The demolition sparked violence across India, in which some 2,000 people died. It has stained Indian politics ever since. For Hindu activists, the destruction was merely the first act, and less important than the still unwritten sequel, in which a glorious temple would be built to Ram, a Hindu god-king. Invading Muslims in the 16th century had allegedly plonked the mosque on Ram’s birthplace. A more recent communal disaster, a pogrom in the state of Gujarat in 2002, in which more than 2,000 people, mostly Muslims, are believed to have been killed, could also be traced back to Ayodhya. It started with a fire, contentiously blamed on Muslim arsonists, on a train carrying Hindu activists back from agitating there.

That the BJP was involved in the demolition of the Babri Masjid was never in doubt. It followed a noisy and divisive campaign by Mr Advani for a Ram temple on the site. After whipping up his followers, he and several other senior BJP leaders looked on as the mosque was razed with pickaxes and bare hands.

This was a watershed in modern Indian history, exacerbating tensions between the Hindu majority and Muslim minority. It propelled the BJP, which until Mr Advani’s campaign had been on the fringe of Indian politics, into a mainstream party. In 1998 a BJP-led coalition won a general election, thanks in part to the party’s continued promotion of an ideology known as Hindutva, literally “Hinduness”, that asserts Hindu rights.

Nearly two decades on, that ideology appears to have lost much of its vote-winning power. In a general election this spring, the BJP took a drubbing. It now controls only 116 seats in the 543-member parliament. Political scientists ascribed the victory of the Congress party partly to its wresting of votes from the BJP’s core supporters: upper-caste and middle-class Indians once drawn to political Hinduism.

The report by M.S. Liberhan, a judge, debunks the BJP’s long-held claim that the mosque was spontaneously torn down by Hindu zealots. Especially damaging is its description of Atal Behari Vajpayee, a former prime minister long admired across party lines for his moderate views and gentle wit, as a “pseudo-moderate”. Mr Vajpayee, like Mr Advani, was found to have been aware of the impending demolition and to have done little to stop it.

For the BJP, grappling with an ideological crisis compounded by in-fighting, the report comes at a bad time. This has fuelled allegations that prepublication leaks of parts of it were politically motivated. The government has denied this.

Muslim leaders have called on the government to punish those castigated in the report. But neither the report itself nor the government statement that followed its publication hint at this. Some reckon the government is unlikely to prosecute any politicians over the Babri Masjid incident, lest the Hindu right make martyrs of them.

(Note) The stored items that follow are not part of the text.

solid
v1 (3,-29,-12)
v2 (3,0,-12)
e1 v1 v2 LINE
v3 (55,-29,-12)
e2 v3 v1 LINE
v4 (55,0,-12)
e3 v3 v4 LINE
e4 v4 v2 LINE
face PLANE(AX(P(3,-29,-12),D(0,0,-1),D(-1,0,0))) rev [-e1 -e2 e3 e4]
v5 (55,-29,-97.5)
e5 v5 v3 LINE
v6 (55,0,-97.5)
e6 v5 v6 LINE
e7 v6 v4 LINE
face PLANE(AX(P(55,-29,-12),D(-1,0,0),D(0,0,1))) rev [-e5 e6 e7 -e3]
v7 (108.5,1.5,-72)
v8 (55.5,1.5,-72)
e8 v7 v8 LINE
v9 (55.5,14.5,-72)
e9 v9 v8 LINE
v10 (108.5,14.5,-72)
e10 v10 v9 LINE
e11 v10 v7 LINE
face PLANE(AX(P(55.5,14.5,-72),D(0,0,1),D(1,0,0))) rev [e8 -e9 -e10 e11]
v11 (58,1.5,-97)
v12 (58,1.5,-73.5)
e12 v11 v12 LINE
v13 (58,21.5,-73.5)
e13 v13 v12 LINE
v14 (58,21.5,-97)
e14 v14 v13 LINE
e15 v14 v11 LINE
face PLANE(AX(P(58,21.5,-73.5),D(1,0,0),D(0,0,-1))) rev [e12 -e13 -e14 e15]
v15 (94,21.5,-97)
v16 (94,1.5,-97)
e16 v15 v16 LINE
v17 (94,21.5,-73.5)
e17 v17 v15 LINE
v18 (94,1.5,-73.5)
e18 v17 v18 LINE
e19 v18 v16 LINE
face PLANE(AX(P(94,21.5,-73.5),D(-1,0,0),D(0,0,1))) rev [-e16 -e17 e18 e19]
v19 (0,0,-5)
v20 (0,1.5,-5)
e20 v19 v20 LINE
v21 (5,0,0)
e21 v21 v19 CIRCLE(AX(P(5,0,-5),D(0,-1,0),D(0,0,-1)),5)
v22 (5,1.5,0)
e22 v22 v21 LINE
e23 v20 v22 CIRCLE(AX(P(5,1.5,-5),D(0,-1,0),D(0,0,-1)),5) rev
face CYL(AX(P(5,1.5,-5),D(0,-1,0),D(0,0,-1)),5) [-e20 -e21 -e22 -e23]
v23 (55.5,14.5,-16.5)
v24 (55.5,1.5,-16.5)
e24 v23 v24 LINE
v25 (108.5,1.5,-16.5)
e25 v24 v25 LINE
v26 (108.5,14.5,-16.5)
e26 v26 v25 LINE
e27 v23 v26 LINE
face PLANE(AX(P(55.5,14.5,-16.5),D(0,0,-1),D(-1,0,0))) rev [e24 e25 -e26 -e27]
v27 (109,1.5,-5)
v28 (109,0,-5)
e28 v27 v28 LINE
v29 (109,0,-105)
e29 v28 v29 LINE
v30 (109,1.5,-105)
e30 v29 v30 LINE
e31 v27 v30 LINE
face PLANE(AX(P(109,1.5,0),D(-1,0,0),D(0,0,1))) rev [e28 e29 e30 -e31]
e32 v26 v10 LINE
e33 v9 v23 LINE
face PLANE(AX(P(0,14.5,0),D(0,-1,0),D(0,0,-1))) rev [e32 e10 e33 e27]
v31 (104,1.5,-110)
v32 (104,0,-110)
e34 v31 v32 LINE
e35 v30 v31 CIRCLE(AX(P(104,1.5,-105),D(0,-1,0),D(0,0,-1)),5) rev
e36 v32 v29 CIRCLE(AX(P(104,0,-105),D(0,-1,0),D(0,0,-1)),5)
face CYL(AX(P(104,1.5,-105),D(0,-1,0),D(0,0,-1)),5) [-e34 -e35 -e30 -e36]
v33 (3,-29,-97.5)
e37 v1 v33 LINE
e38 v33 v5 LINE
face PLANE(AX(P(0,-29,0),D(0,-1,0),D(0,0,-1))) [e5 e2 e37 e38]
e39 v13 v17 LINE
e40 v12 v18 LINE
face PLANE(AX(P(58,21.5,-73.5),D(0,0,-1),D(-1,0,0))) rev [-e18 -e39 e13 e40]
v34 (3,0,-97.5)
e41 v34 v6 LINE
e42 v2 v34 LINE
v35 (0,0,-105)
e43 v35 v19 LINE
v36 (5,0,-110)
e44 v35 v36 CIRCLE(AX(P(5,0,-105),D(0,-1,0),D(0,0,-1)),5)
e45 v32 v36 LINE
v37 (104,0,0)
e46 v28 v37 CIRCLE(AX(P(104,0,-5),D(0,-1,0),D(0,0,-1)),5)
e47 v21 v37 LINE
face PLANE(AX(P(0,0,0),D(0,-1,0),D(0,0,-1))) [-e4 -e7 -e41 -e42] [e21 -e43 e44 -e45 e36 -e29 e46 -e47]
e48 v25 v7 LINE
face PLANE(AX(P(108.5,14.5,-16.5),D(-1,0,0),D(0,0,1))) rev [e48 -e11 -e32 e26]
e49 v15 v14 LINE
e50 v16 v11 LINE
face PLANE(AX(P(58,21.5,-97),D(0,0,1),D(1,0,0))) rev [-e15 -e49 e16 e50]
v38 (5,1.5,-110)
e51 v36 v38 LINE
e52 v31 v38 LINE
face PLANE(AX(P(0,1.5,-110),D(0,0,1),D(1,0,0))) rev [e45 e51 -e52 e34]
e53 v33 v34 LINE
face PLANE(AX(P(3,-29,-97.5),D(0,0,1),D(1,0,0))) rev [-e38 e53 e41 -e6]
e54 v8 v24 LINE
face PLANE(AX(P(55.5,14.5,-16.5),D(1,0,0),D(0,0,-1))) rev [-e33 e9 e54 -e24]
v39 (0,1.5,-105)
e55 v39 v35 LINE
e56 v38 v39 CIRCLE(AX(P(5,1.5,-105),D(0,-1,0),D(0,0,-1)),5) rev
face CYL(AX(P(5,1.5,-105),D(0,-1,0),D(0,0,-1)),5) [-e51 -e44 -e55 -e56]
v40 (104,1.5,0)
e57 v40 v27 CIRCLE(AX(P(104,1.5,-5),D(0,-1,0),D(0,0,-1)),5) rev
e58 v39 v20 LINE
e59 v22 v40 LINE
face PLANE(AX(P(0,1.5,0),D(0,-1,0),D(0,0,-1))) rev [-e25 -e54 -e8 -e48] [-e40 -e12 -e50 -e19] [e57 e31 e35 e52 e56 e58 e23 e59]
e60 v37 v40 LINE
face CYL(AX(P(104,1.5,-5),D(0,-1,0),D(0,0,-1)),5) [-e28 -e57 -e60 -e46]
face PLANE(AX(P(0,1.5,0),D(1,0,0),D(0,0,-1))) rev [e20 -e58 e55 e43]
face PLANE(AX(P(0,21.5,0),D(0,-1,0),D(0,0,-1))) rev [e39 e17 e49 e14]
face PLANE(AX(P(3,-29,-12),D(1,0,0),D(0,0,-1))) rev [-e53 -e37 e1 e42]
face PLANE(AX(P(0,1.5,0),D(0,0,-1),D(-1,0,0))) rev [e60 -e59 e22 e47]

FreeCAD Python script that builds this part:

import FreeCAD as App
import Part
import Sketcher
Q = App.Units.Quantity


def edges_at(feature, points):
    """Names of the edges that pass closest to the given points."""
    edges = feature.Shape.Edges
    near = lambda p: min(range(len(edges)), key=lambda i: edges[i].distToShape(Part.Vertex(*p))[0])
    return sorted({f"Edge{near(p) + 1}" for p in points})


def add_polygon(sketch, points):
    """Adds a closed chain of lines whose ends are joined by coincident constraints."""
    first, n = sketch.GeometryCount, len(points)
    for a, b in zip(points, points[1:] + points[:1]):
        sketch.addGeometry(Part.LineSegment(App.Vector(*a, 0), App.Vector(*b, 0)), False)
    for i in range(n):
        sketch.addConstraint(Sketcher.Constraint("Coincident", first + i, 2, first + (i + 1) % n, 1))

doc = App.newDocument("Part")
params = doc.addObject("Spreadsheet::Sheet", "Params")
for row, (alias, value) in enumerate([
    ("sketch1_width", "109 mm"),
    ("sketch1_height", "110 mm"),
    ("pad1_length", "1.5 mm"),
    ("fillet_radius", "5 mm"),
    ("sketch2_width", "52 mm"),
    ("sketch2_height", "85.5 mm"),
    ("pad2_length", "29 mm"),
    ("sketch3_width", "53 mm"),
    ("sketch3_width2", "50 mm"),
    ("sketch3_height", "49 mm"),
    ("sketch3_height2", "55.5 mm"),
    ("pad3_length", "13 mm"),
    ("sketch4_width", "50 mm"),
    ("sketch4_height", "49 mm"),
    ("pad4_length", "13 mm"),
    ("sketch5_width", "36 mm"),
    ("sketch5_height", "23.5 mm"),
    ("pad5_length", "20 mm"),
], start=1):
    params.set(f"A{row}", alias)
    params.set(f"B{row}", "=" + value)
    params.setAlias(f"B{row}", alias)

body = doc.addObject("PartDesign::Body", "Body")

# Sketch on XZ plane
sketch1 = body.newObject("Sketcher::SketchObject", "Sketch")
sketch1.AttachmentSupport = (doc.getObject("XZ_Plane"), [""])
sketch1.MapMode = "FlatFace"
add_polygon(sketch1, [(0, -110), (0, 0), (109, 0), (109, -110)])  # lines 0-3
sketch1.addConstraint([
    Sketcher.Constraint("Vertical", 0),
    Sketcher.Constraint("Horizontal", 1),
    Sketcher.Constraint("Vertical", 2),
    Sketcher.Constraint("Horizontal", 3),
    Sketcher.Constraint("Coincident", 0, 2, -1, 1),
    Sketcher.Constraint("DistanceX", 1, 1, 1, 2, Q("109 mm")),
    Sketcher.Constraint("DistanceY", 0, 1, 0, 2, Q("110 mm")),
])
sketch1.setExpression("Constraints[9]", "Params.sketch1_width")
sketch1.setExpression("Constraints[10]", "Params.sketch1_height")
pad1 = body.newObject("PartDesign::Pad", "Pad")
pad1.Profile = sketch1
pad1.setExpression("Length", "Params.pad1_length")
pad1.Reversed = True
doc.recompute()

fillet = body.newObject("PartDesign::Fillet", "Fillet")
fillet.Base = (pad1, edges_at(pad1, [
    (0, 0.75, -110),
    (109, 0.75, -110),
    (109, 0.75, 0),
    (0, 0.75, 0),
]))
fillet.setExpression("Radius", "Params.fillet_radius")

# Sketch on XZ plane
sketch2 = body.newObject("Sketcher::SketchObject", "Sketch001")
sketch2.AttachmentSupport = (doc.getObject("XZ_Plane"), [""])
sketch2.MapMode = "FlatFace"
add_polygon(sketch2, [(3, -12), (3, -97.5), (55, -97.5), (55, -12)])  # lines 0-3
sketch2.addConstraint([
    Sketcher.Constraint("Vertical", 0),
    Sketcher.Constraint("Horizontal", 1),
    Sketcher.Constraint("Vertical", 2),
    Sketcher.Constraint("Horizontal", 3),
    Sketcher.Constraint("DistanceX", 1, 1, 1, 2, Q("52 mm")),
    Sketcher.Constraint("DistanceY", 0, 2, 0, 1, Q("85.5 mm")),
    Sketcher.Constraint("DistanceX", -1, 1, 0, 2, Q("3 mm")),
    Sketcher.Constraint("DistanceY", 2, 2, -1, 1, Q("12 mm")),
])
sketch2.setExpression("Constraints[8]", "Params.sketch2_width")
sketch2.setExpression("Constraints[9]", "Params.sketch2_height")
pad2 = body.newObject("PartDesign::Pad", "Pad001")
pad2.Profile = sketch2
pad2.setExpression("Length", "Params.pad2_length")

# Sketch on XZ plane
sketch3 = body.newObject("Sketcher::SketchObject", "Sketch002")
sketch3.AttachmentSupport = (doc.getObject("XZ_Plane"), [""])
sketch3.MapMode = "FlatFace"
sketch3.AttachmentOffset = App.Placement(App.Vector(0, 0, -1.5), App.Rotation())
add_polygon(sketch3, [(55.5, -72), (55.5, -16.5), (108.5, -16.5), (108.5, -72)])  # lines 0-3
add_polygon(sketch3, [(107, -18), (57, -18), (57, -67), (107, -67)])  # lines 4-7
sketch3.addConstraint([
    Sketcher.Constraint("Vertical", 0),
    Sketcher.Constraint("Horizontal", 1),
    Sketcher.Constraint("Vertical", 2),
    Sketcher.Constraint("Horizontal", 3),
    Sketcher.Constraint("Horizontal", 4),
    Sketcher.Constraint("Vertical", 5),
    Sketcher.Constraint("Horizontal", 6),
    Sketcher.Constraint("Vertical", 7),
    Sketcher.Constraint("DistanceX", 1, 1, 1, 2, Q("53 mm")),
    Sketcher.Constraint("DistanceX", 4, 2, 4, 1, Q("50 mm")),
    Sketcher.Constraint("DistanceY", 5, 2, 5, 1, Q("49 mm")),
    Sketcher.Constraint("DistanceY", 0, 1, 0, 2, Q("55.5 mm")),
    Sketcher.Constraint("DistanceY", 2, 2, -1, 1, Q("72 mm")),
    Sketcher.Constraint("DistanceX", -1, 1, 4, 2, Q("57 mm")),
    Sketcher.Constraint("DistanceY", 4, 2, -1, 1, Q("18 mm")),
    Sketcher.Constraint("DistanceX", -1, 1, 0, 2, Q("55.5 mm")),
])
sketch3.setExpression("Constraints[16]", "Params.sketch3_width")
sketch3.setExpression("Constraints[17]", "Params.sketch3_width2")
sketch3.setExpression("Constraints[18]", "Params.sketch3_height")
sketch3.setExpression("Constraints[19]", "Params.sketch3_height2")
pad3 = body.newObject("PartDesign::Pad", "Pad002")
pad3.Profile = sketch3
pad3.setExpression("Length", "Params.pad3_length")
pad3.Reversed = True

# Sketch on XZ plane
sketch4 = body.newObject("Sketcher::SketchObject", "Sketch003")
sketch4.AttachmentSupport = (doc.getObject("XZ_Plane"), [""])
sketch4.MapMode = "FlatFace"
sketch4.AttachmentOffset = App.Placement(App.Vector(0, 0, -1.5), App.Rotation())
add_polygon(sketch4, [(57, -67), (57, -18), (107, -18), (107, -67)])  # lines 0-3
sketch4.addConstraint([
    Sketcher.Constraint("Vertical", 0),
    Sketcher.Constraint("Horizontal", 1),
    Sketcher.Constraint("Vertical", 2),
    Sketcher.Constraint("Horizontal", 3),
    Sketcher.Constraint("DistanceX", 1, 1, 1, 2, Q("50 mm")),
    Sketcher.Constraint("DistanceY", 0, 1, 0, 2, Q("49 mm")),
    Sketcher.Constraint("DistanceX", -1, 1, 0, 2, Q("57 mm")),
    Sketcher.Constraint("DistanceY", 0, 2, -1, 1, Q("18 mm")),
])
sketch4.setExpression("Constraints[8]", "Params.sketch4_width")
sketch4.setExpression("Constraints[9]", "Params.sketch4_height")
pad4 = body.newObject("PartDesign::Pad", "Pad003")
pad4.Profile = sketch4
pad4.setExpression("Length", "Params.pad4_length")
pad4.Reversed = True

# Sketch on XZ plane
sketch5 = body.newObject("Sketcher::SketchObject", "Sketch004")
sketch5.AttachmentSupport = (doc.getObject("XZ_Plane"), [""])
sketch5.MapMode = "FlatFace"
sketch5.AttachmentOffset = App.Placement(App.Vector(0, 0, -1.5), App.Rotation())
add_polygon(sketch5, [(58, -97), (58, -73.5), (94, -73.5), (94, -97)])  # lines 0-3
sketch5.addConstraint([
    Sketcher.Constraint("Vertical", 0),
    Sketcher.Constraint("Horizontal", 1),
    Sketcher.Constraint("Vertical", 2),
    Sketcher.Constraint("Horizontal", 3),
    Sketcher.Constraint("DistanceX", 1, 1, 1, 2, Q("36 mm")),
    Sketcher.Constraint("DistanceY", 0, 1, 0, 2, Q("23.5 mm")),
    Sketcher.Constraint("DistanceX", -1, 1, 0, 2, Q("58 mm")),
    Sketcher.Constraint("DistanceY", 2, 2, -1, 1, Q("97 mm")),
])
sketch5.setExpression("Constraints[8]", "Params.sketch5_width")
sketch5.setExpression("Constraints[9]", "Params.sketch5_height")
pad5 = body.newObject("PartDesign::Pad", "Pad004")
pad5.Profile = sketch5
pad5.setExpression("Length", "Params.pad5_length")
pad5.Reversed = True

doc.recompute()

Impunity has also been enjoyed by the perpetrators of both the Gujarat pogrom and of the massacre of more than 3,000 Sikhs in 1984. The government has, however, said it will follow Mr Liberhan’s suggestion of drafting a law to punish those who manipulate religion for political ends. Frictions between Hindus and religious minorities have often rallied more extreme Hindu groups aligned with the BJP. Last year, after the party came to power in Karnataka, in the south, the state suffered a rash of anti-Christian violence.

In Ayodhya itself the priest of the makeshift Hindu temple built where the mosque once stood rues the day it was ever destroyed. Ever since the Babri Masjid’s three majestic domes fell, Ram’s birthplace has been exposed to the sun and the rain, complains the softly spoken, saffron-robed Satyendra Das as he sits near his temple reading the “Bhagavad Gita”, a Hindu text. “In the mosque Ram was safe”, he adds. “Those Hindu activists did all this for political gains. We had no hassles with our Muslim brothers.”